I know often in Excel, in order to combine data from multiple tabs, people do a VLOOKUP or an HLOOKUP. In databases, a VLOOKUP is basically a JOIN. An HLOOKUP is not really a thing. I’ll explain why.

VLOOKUP

Let’s say someone gave us the cats cuteness levels

cute

To find the cats cuteness level, we do a VLOOKUP on Cat ID

=VLOOKUP(A2,Cuteness!A:B,2,True)

vlookup

Perfect, the cats are all top level cuteness. Notice that the vlookup is “on” a certain field. This is the field that the two datasets have in common; more specifically, the field that has to be equal in order for the data to be relevant for the row. To do this in databases, we join:

SELECT
    *
FROM cat_info
LEFT JOIN cat_cuteness 
ON cat_info.cat_id = cat_cuteness.cat_id

Notice that we are joining “on” cat_id. In SQL, you can join on multiple fields (or none! don’t do that!). It’s most common to join on an ID field though.

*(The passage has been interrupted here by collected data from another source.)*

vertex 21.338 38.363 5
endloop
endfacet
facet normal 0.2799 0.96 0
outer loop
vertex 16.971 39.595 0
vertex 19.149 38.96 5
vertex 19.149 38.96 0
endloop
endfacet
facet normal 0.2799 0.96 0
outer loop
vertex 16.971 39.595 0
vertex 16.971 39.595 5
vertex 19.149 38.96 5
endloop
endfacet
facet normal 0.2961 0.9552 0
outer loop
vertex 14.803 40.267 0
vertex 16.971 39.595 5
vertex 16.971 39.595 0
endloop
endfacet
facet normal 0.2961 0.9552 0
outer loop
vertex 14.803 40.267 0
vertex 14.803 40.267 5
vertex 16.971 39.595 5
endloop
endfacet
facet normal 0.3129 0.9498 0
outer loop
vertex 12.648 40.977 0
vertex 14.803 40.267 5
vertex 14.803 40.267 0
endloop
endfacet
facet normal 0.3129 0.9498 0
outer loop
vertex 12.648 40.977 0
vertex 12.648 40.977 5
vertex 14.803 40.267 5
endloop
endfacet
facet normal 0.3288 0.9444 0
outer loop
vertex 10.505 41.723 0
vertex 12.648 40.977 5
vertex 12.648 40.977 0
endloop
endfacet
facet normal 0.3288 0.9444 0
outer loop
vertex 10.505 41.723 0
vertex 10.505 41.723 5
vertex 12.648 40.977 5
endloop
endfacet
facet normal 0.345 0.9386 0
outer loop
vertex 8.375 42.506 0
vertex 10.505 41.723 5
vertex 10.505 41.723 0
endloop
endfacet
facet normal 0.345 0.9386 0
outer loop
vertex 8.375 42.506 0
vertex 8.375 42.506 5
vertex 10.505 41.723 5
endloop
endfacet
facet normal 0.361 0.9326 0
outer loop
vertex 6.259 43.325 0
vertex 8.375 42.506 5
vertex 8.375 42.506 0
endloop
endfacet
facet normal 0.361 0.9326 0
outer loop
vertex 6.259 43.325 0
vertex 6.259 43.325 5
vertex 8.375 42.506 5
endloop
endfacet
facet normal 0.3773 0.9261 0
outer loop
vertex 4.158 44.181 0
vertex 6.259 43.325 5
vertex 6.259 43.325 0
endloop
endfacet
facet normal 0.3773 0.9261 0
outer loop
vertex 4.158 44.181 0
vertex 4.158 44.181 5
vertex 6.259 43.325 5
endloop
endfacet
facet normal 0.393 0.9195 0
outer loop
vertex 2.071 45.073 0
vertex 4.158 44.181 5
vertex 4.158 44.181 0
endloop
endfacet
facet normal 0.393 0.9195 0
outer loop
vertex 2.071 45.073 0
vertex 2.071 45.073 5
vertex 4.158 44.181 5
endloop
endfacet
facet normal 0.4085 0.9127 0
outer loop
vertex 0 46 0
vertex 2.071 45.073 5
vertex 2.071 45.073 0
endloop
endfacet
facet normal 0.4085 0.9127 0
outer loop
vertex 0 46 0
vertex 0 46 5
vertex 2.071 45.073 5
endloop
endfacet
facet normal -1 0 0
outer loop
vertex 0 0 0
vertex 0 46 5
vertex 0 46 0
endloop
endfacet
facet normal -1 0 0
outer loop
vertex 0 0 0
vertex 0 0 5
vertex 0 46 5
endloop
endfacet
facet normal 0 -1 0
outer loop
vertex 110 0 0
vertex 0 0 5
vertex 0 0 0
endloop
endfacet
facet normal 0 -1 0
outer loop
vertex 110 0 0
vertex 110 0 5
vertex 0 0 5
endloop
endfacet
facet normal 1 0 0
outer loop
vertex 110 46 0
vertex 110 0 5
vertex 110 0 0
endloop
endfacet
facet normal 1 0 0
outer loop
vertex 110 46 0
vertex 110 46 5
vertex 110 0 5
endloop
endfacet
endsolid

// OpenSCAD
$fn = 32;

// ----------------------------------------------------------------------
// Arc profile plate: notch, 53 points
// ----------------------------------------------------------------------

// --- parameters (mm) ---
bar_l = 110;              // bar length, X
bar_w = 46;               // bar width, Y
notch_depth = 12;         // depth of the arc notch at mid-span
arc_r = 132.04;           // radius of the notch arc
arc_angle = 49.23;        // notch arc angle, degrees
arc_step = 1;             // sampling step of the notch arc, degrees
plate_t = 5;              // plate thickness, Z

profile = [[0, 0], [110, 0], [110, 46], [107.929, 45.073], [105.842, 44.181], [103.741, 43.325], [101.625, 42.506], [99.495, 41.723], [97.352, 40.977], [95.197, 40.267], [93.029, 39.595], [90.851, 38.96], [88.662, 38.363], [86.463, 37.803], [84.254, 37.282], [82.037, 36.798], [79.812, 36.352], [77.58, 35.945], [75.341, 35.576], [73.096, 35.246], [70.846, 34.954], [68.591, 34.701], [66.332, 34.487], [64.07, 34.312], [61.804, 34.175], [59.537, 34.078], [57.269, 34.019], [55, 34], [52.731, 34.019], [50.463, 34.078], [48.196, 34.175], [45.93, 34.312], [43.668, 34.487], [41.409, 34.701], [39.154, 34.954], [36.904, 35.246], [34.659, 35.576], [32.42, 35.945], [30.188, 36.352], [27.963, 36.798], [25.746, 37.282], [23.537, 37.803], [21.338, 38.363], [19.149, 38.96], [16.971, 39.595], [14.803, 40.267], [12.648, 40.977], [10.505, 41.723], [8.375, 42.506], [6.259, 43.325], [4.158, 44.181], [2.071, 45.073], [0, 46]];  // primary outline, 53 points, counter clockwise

Notice also that I used a LEFT join. Unlike in a VLOOKUP, we can choose what to include in the final data set. Had I used INNER JOIN, any cat_info without a cat_id in cat_cuteness would not have shown up in the data set. A RIGHT join would be the reverse of this; it would be like doing the VLOOKUP on the cat_cuteness tab.

HLOOKUP

To be honest I haven’t used Excel in so long I couldn’t find a reason why you would need an HLOOKUP, except that someone who hates you gave you data. That’s okay. It happens.

hlookup

Let’s say someone gave you that. In order to get the info on to the main tab, we have to do:
=hlookup(A2,'Cuteness, but someone who hates us gave it to us'!$A$1:$D$3,2,false)

hlookup2

There is no real hlookup in databases, because in databases, all tables and entities have to be formatted in the same way (with the column names being the first row).

If you can think of an example of HLOOKUP that you would be able to do in a database, let me know.